Self-critique (if necessary):

------------------------------------------------

Self-critique Rating:

#$&*

*********************************************

Question: (Principles of Physics students are invited but not required to submit a solution; all others should) Give your solution to the following: Find the approximate uncertainty in the area of a circle given that its radius is 2.8 * 10^4 cm.

YYYYYYYYYYYYYYYYYYYYYYYYYYYYYYYYYYYYYYYYYYY

Your solution:

I believe we approach this by thinking about the fact that 2.8, presented with just 2 significant figures (as opposed to 2.80), could mean anything from 2.75 to 2.85.

If the radius is 2.75*10^4, A=pi*(2.75^2)(10^4)cm or 7.5625pi*10^4 cm^2.

If the radius is 2.80*10^4, A=pi*(2.80^2)(10^4)cm or 7.84pi*10^4 cm^2.

If the radius is 2.85*10^4, A=pi*(2.85^2)(10^4)cm or 8.1225pi*10^4 cm^2.

In terms of pi, the difference between the middle value and the lower value is .2775pi*10^4.

The difference between the middle value and the upper value is 0.2825pi*10^4.

The upper limit is farther away from the middle value than the lower, so i suppose we will look at that value as our uncertainty.

The uncertainty would be +/-0.2825pi*10^4cm^2.

confidence rating #$&*:

^^^^^^^^^^^^^^^^^^^^^^^^^^^^^^^^^^^^^^

#$&*

.............................................

Given Solution:

** Radius 2.8 * 10^4 cm means that the radius is between 2.75 * 10^4 cm and 2.85 * 10^4 cm.

We regard 2.75 *10^4 cm as the lower bound and 2.85 *10^4 cm as the upper bound on the radius. 2.75 is .05 less than 2.8, and 2.85 is .05 greater than 2.8, so we say that the actual number is 2.8 +- .05.
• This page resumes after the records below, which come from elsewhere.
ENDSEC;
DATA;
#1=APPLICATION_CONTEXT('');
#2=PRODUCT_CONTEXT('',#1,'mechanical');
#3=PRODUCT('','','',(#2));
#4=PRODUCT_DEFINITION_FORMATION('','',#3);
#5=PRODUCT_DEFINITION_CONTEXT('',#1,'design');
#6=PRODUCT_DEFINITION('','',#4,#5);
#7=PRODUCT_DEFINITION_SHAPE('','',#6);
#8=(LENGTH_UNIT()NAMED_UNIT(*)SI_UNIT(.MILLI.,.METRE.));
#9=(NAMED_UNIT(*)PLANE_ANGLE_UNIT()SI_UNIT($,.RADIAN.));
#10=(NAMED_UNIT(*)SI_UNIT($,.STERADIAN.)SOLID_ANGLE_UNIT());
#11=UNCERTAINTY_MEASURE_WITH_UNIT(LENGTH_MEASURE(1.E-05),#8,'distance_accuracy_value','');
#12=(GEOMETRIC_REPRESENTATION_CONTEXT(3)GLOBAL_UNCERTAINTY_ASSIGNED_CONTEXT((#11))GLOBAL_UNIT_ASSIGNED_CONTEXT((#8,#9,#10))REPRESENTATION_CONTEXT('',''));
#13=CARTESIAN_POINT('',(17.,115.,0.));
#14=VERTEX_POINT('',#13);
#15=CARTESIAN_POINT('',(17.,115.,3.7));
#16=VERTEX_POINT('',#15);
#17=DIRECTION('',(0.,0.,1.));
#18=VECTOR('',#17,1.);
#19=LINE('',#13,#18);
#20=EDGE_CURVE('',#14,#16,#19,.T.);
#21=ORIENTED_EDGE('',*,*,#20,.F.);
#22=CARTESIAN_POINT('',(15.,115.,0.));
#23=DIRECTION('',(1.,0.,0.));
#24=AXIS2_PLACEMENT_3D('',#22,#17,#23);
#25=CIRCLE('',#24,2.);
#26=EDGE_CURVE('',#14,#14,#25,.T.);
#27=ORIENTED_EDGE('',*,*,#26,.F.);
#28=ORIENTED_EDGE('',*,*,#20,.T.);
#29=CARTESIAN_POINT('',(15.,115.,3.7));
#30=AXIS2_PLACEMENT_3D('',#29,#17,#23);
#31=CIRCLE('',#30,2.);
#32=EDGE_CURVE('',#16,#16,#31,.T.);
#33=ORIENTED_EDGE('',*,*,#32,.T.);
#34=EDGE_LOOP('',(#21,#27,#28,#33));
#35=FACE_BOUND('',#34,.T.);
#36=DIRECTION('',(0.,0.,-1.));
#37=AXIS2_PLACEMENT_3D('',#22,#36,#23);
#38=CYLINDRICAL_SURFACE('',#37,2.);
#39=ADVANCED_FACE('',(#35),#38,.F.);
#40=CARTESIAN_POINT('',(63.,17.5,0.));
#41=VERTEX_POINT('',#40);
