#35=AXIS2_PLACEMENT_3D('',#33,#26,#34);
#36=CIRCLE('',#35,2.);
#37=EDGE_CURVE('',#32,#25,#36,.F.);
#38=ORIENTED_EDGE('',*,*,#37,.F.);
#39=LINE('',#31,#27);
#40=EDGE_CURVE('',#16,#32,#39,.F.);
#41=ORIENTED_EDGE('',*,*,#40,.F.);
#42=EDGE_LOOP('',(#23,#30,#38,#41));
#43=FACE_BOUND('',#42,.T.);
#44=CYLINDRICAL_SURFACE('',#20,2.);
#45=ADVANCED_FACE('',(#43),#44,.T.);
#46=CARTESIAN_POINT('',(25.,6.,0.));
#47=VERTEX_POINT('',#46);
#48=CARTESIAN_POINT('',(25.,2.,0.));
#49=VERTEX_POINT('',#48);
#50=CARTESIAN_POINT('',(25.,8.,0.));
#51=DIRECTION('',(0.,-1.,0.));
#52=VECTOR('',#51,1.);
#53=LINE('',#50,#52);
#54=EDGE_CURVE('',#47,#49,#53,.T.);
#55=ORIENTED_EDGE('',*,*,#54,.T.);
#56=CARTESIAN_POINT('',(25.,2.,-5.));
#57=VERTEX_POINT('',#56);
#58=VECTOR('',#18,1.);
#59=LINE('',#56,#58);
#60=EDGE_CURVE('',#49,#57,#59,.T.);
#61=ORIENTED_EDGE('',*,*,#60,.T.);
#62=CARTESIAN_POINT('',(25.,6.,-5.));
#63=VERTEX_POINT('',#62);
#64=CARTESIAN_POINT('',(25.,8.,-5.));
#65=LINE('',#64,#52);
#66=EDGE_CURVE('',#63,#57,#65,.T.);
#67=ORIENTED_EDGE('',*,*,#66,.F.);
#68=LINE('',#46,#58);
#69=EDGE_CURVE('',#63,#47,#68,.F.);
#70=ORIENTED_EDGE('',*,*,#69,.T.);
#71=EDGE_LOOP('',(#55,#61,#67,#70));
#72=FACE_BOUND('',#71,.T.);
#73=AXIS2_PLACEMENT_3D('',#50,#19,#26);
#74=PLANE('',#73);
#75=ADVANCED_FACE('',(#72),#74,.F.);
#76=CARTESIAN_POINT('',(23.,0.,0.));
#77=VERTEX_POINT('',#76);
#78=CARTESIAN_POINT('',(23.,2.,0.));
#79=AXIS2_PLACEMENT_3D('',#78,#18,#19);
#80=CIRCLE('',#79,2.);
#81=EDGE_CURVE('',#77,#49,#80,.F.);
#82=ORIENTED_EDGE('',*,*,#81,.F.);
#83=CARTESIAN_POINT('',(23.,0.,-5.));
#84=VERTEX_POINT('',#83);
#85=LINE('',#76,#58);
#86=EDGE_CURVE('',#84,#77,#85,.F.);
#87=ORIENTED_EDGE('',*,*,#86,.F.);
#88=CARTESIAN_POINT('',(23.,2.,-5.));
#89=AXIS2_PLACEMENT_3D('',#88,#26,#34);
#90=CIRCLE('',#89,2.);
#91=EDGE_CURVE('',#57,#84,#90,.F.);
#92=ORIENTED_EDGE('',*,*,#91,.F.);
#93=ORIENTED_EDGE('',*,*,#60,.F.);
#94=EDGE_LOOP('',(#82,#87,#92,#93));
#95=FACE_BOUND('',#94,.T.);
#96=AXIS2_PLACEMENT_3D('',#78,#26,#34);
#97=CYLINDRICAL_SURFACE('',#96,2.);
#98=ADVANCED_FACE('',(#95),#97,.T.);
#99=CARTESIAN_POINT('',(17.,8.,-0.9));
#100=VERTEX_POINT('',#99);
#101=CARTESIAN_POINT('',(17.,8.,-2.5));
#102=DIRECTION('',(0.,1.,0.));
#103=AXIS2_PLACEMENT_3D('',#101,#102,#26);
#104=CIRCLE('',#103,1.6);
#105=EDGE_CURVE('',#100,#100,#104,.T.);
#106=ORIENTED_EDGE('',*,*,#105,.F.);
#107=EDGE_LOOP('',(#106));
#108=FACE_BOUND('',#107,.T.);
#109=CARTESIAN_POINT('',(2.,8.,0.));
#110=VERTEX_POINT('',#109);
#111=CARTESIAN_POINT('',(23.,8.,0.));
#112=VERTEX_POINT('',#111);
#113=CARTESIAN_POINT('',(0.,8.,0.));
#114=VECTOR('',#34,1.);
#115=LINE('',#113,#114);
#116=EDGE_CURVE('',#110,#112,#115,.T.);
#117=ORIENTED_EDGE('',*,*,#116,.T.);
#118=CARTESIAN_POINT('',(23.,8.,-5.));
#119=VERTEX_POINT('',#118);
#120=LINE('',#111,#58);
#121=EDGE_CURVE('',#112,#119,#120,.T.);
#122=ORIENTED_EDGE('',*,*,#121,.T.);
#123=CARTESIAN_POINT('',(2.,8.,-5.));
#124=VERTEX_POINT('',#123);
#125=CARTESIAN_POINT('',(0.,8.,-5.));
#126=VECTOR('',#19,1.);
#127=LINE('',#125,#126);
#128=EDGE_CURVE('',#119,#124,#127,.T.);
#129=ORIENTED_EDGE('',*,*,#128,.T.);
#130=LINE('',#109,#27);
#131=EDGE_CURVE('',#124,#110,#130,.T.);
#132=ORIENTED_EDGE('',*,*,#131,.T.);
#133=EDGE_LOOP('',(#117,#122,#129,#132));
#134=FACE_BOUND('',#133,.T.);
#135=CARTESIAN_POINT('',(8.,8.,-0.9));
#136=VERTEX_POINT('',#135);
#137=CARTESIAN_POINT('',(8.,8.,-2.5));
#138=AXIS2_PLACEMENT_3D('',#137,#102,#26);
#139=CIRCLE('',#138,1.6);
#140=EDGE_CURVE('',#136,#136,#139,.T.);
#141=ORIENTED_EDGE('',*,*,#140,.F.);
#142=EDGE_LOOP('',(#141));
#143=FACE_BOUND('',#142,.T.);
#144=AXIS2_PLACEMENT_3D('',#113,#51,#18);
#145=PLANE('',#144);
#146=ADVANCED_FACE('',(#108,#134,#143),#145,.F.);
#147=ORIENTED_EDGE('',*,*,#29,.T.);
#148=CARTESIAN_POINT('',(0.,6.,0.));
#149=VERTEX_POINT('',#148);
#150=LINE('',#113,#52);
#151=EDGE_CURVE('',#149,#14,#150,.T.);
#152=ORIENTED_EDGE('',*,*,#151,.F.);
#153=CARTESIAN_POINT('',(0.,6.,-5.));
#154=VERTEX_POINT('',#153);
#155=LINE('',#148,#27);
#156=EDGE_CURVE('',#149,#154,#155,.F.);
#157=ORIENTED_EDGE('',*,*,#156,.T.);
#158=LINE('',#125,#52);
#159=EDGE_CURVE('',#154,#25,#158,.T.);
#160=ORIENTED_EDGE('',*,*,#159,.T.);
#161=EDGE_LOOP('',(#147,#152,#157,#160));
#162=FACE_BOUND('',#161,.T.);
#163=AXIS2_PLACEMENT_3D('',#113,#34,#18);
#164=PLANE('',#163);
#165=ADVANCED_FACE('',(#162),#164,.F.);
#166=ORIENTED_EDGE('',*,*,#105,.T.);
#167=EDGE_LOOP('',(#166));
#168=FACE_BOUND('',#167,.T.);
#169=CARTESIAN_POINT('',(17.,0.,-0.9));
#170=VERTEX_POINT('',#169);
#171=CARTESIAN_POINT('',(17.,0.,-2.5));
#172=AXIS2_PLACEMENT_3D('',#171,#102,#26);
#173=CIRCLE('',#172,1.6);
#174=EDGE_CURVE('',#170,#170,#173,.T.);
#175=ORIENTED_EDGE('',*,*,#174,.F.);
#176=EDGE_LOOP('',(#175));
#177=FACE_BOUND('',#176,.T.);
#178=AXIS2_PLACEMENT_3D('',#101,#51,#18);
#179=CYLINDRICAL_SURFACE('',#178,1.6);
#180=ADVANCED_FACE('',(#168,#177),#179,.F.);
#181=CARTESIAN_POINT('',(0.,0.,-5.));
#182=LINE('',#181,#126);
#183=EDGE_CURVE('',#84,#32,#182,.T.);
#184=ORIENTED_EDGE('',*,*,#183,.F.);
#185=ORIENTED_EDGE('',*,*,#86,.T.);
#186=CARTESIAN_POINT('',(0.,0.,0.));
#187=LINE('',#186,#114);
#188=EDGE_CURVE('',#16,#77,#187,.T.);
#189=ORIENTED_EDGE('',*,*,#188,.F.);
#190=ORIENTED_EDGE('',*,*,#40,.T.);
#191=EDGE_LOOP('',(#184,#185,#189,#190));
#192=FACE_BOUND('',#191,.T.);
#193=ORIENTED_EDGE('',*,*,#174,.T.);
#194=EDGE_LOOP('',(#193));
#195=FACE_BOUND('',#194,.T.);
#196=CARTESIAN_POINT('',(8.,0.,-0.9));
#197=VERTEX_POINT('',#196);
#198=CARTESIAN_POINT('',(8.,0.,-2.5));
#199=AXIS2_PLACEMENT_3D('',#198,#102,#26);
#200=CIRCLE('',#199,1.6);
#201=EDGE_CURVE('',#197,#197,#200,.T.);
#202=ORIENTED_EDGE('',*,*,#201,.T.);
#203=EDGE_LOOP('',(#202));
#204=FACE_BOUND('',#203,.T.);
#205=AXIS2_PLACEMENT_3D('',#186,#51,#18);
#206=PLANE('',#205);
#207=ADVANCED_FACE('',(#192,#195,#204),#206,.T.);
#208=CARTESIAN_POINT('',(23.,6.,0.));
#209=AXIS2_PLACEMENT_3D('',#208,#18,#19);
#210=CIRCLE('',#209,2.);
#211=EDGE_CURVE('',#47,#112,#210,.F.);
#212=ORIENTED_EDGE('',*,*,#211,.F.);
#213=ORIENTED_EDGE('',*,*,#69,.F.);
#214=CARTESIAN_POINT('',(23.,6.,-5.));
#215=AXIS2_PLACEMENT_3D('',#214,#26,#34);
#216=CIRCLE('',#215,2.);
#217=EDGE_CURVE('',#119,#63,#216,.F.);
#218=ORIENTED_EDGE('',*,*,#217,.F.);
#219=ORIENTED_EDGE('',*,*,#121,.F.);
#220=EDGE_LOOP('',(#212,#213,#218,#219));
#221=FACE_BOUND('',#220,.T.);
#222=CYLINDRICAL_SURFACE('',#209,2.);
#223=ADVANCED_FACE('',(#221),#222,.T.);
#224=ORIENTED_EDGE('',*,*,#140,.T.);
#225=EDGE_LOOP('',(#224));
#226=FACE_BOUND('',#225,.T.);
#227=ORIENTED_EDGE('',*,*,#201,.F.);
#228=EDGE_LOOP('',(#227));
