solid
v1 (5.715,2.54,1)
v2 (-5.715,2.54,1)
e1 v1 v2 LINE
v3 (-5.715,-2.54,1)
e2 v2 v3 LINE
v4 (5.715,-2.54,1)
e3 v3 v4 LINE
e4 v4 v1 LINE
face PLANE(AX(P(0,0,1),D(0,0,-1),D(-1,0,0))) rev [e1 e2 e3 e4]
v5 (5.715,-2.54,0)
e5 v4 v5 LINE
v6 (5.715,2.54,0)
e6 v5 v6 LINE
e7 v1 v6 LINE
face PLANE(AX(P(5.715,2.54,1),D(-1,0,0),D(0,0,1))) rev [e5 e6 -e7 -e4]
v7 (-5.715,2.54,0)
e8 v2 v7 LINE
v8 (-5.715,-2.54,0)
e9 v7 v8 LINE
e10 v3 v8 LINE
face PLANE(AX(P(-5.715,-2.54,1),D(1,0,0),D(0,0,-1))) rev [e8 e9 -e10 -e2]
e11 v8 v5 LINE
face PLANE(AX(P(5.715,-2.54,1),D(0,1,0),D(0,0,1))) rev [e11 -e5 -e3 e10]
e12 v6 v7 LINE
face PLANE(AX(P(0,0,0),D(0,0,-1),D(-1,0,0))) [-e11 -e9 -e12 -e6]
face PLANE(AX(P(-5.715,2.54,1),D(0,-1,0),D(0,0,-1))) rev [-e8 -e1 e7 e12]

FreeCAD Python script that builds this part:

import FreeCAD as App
import Part
import Sketcher

V = App.Vector
Q = App.Units.Quantity

doc = App.newDocument("Part")
body = doc.addObject("PartDesign::Body", "Body")

sketch1 = body.newObject("Sketcher::SketchObject", "Sketch")
sketch1.AttachmentSupport = (doc.getObject("XY_Plane"), [""])
sketch1.MapMode = "FlatFace"
sketch1.addGeometry([
    Part.LineSegment(V(-6, 3, 0), V(-6, -3, 0)),
    Part.LineSegment(V(-6, -3, 0), V(6, -3, 0)),
    Part.LineSegment(V(6, -3, 0), V(6, 3, 0)),
    Part.LineSegment(V(6, 3, 0), V(-6, 3, 0)),
], False)
sketch1.addConstraint([
    Sketcher.Constraint("Coincident", 0, 2, 1, 1),
    Sketcher.Constraint("Coincident", 1, 2, 2, 1),
    Sketcher.Constraint("Coincident", 2, 2, 3, 1),
    Sketcher.Constraint("Coincident", 3, 2, 0, 1),
    Sketcher.Constraint("Vertical", 0),
    Sketcher.Constraint("Horizontal", 1),
    Sketcher.Constraint("Vertical", 2),
    Sketcher.Constraint("Horizontal", 3),
    Sketcher.Constraint("Symmetric", 0, 2, 2, 2, -1, 1),
    Sketcher.Constraint("DistanceY", 0, 2, 0, 1, Q("0.2 in")),
    Sketcher.Constraint("DistanceX", 1, 1, 1, 2, Q("0.45 in")),
])
pad1 = body.newObject("PartDesign::Pad", "Pad")
pad1.Profile = sketch1
pad1.Length = 1

doc.recompute()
Thus we express the actual radius as (2.8 +- .05) * 10^4 cm, and we call .05 * 10^4 cm the uncertainty in the measurement.

The area of a circle is pi r^2, with which you should be familiar (if for no reason other than that you used it and wrote it down in the orientation exercises)..

With this uncertainty estimate, we find that the area is between a lower area estimate of pi * (2.75 * 10^4 cm)^2 = 2.376 * 10^9 cm^2 and and upper area estimate of pi * (2.85 * 10^4 cm)^2 = 2.552 * 10^9 cm^2.

The difference between the lower and upper estimate is .176 * 10^9 cm^2 = 1.76 * 10^8 cm^2.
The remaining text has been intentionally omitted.